#### HOW TO COMPLETE THIS TASK
Take the entries below and print only the lines from the one with "v 3.038 0 -0.922" through the one with "v -2.933 -3.048 1.215", exactly as they stand, both ends included.

#### SUPPLIED DATA
┄┄┄┄┄┄┄┄┄┄┄┄┄┄┄┄┄┄┄┄

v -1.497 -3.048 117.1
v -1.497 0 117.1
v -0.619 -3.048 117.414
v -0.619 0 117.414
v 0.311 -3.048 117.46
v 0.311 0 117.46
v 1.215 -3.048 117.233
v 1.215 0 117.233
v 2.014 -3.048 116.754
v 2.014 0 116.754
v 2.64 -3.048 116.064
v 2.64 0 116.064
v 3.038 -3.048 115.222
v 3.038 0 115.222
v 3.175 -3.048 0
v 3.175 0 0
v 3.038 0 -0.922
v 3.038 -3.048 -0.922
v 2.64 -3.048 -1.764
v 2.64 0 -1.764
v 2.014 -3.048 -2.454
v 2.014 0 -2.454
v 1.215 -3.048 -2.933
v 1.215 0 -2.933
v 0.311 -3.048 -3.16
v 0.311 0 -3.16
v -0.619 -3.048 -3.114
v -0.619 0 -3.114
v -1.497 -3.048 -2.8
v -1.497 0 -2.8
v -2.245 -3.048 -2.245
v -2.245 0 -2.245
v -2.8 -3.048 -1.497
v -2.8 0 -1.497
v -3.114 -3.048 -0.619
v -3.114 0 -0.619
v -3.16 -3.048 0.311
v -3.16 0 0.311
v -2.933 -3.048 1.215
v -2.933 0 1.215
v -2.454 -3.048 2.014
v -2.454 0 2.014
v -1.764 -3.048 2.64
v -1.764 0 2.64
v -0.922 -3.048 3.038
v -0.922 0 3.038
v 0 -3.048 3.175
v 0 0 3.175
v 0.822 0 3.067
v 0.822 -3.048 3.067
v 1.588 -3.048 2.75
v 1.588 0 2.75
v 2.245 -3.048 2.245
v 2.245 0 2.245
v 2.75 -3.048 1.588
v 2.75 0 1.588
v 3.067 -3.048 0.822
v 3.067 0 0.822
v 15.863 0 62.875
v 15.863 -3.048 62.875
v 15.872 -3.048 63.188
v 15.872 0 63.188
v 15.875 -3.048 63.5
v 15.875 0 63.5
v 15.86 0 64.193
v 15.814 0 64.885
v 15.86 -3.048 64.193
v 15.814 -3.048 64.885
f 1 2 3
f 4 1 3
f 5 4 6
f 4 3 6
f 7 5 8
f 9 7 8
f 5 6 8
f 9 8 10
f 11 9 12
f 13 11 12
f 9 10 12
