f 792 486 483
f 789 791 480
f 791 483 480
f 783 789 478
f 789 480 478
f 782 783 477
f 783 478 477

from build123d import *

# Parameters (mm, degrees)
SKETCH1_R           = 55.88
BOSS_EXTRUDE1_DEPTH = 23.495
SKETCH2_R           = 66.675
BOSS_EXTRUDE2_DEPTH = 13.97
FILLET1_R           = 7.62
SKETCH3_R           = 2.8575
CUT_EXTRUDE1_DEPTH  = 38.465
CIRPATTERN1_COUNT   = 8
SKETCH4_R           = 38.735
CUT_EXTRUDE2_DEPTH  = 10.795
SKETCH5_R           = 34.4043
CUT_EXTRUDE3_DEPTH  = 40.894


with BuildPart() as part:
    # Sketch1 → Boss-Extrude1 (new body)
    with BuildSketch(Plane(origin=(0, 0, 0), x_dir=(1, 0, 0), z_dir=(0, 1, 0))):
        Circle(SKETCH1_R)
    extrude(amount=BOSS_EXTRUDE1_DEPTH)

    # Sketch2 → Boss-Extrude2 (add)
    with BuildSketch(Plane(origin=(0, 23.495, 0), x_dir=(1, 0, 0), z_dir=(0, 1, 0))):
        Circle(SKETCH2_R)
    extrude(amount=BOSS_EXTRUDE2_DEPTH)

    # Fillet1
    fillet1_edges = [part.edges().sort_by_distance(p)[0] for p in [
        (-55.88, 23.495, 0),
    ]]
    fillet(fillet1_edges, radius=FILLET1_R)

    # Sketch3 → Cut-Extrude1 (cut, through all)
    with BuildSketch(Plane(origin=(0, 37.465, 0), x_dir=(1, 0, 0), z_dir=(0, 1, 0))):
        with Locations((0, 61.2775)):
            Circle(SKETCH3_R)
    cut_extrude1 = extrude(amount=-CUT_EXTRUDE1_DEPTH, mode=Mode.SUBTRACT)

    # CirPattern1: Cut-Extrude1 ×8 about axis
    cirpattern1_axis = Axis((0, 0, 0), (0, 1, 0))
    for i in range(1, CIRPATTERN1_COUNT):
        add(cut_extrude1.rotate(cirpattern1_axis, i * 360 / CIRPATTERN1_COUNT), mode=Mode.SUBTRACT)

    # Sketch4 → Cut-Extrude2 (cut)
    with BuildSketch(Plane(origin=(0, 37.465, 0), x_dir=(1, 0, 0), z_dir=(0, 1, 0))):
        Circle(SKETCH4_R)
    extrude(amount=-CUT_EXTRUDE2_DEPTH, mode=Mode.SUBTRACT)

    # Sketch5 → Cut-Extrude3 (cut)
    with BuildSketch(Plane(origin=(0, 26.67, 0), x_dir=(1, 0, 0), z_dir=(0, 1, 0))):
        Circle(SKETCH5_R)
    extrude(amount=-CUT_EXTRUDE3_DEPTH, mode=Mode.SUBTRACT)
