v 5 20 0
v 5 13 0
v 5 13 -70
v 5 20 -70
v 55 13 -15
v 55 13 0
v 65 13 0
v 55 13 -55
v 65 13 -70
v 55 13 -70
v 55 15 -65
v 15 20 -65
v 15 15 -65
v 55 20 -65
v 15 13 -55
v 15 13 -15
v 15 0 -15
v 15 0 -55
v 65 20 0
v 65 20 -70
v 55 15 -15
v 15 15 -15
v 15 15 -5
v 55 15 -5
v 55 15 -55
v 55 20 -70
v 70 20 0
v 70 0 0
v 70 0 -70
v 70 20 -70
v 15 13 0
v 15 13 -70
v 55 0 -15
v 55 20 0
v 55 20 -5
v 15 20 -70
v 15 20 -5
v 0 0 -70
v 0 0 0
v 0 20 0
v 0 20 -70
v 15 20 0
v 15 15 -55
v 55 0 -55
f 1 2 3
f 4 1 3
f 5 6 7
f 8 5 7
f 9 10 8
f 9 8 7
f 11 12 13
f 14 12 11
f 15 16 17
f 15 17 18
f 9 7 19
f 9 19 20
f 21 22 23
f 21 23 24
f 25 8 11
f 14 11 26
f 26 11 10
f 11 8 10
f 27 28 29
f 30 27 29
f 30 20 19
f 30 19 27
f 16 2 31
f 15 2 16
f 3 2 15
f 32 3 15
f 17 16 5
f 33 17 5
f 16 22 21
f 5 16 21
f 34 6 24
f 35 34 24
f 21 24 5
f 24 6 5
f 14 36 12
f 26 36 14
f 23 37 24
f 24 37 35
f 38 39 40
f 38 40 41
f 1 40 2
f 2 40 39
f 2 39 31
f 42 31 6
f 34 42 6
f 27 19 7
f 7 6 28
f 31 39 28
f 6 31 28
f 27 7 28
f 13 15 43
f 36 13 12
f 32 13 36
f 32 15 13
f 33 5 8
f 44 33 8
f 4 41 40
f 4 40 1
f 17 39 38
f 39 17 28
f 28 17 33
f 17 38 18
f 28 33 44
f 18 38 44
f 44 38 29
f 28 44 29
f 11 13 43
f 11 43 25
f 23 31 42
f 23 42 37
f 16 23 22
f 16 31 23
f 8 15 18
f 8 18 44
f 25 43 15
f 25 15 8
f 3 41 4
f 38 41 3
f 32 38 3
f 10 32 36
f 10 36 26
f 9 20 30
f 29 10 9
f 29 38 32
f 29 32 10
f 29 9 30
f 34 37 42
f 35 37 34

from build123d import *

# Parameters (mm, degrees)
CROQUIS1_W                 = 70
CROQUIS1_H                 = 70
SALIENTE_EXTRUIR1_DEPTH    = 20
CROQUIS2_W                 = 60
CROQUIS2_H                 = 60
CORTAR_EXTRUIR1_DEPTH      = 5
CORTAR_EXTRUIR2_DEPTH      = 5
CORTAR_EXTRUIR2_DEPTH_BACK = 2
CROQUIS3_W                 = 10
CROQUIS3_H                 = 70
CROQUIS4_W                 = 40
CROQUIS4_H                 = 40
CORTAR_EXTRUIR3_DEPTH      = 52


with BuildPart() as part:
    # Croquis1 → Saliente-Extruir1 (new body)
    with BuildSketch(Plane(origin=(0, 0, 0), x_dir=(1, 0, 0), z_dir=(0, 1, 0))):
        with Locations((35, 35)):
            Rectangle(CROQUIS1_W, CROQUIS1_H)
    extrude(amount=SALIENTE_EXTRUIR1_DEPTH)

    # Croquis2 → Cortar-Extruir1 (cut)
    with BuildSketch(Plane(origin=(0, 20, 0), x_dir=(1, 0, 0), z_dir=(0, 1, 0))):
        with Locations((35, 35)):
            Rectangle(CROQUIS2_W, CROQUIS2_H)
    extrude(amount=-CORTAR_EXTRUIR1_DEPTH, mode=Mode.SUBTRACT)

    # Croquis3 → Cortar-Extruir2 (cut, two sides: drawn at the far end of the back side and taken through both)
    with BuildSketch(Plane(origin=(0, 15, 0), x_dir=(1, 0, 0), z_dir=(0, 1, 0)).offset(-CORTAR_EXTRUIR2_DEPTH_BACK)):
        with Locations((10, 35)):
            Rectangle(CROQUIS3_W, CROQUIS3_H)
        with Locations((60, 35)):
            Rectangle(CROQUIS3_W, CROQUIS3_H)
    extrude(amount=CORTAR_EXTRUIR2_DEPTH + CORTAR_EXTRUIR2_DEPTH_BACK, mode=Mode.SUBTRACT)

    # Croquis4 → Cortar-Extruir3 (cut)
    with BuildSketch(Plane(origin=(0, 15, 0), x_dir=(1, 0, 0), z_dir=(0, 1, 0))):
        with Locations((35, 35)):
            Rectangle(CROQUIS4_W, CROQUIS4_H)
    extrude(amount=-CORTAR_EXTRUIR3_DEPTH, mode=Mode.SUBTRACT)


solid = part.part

┄┄┄┄┄┄┄┄┄┄┄┄┄┄┄┄┄┄┄┄

#### SOLUTION FOR THIS TASK
v 3.038 0 -0.922
v 3.038 -3.048 -0.922
v 2.64 -3.048 -1.764
v 2.64 0 -1.764
v 2.014 -3.048 -2.454
v 2.014 0 -2.454
v 1.215 -3.048 -2.933
v 1.215 0 -2.933
v 0.311 -3.048 -3.16
v 0.311 0 -3.16
v -0.619 -3.048 -3.114
v -0.619 0 -3.114
v -1.497 -3.048 -2.8
v -1.497 0 -2.8
v -2.245 -3.048 -2.245
v -2.245 0 -2.245
v -2.8 -3.048 -1.497
v -2.8 0 -1.497
v -3.114 -3.048 -0.619
v -3.114 0 -0.619
v -3.16 -3.048 0.311
v -3.16 0 0.311
v -2.933 -3.048 1.215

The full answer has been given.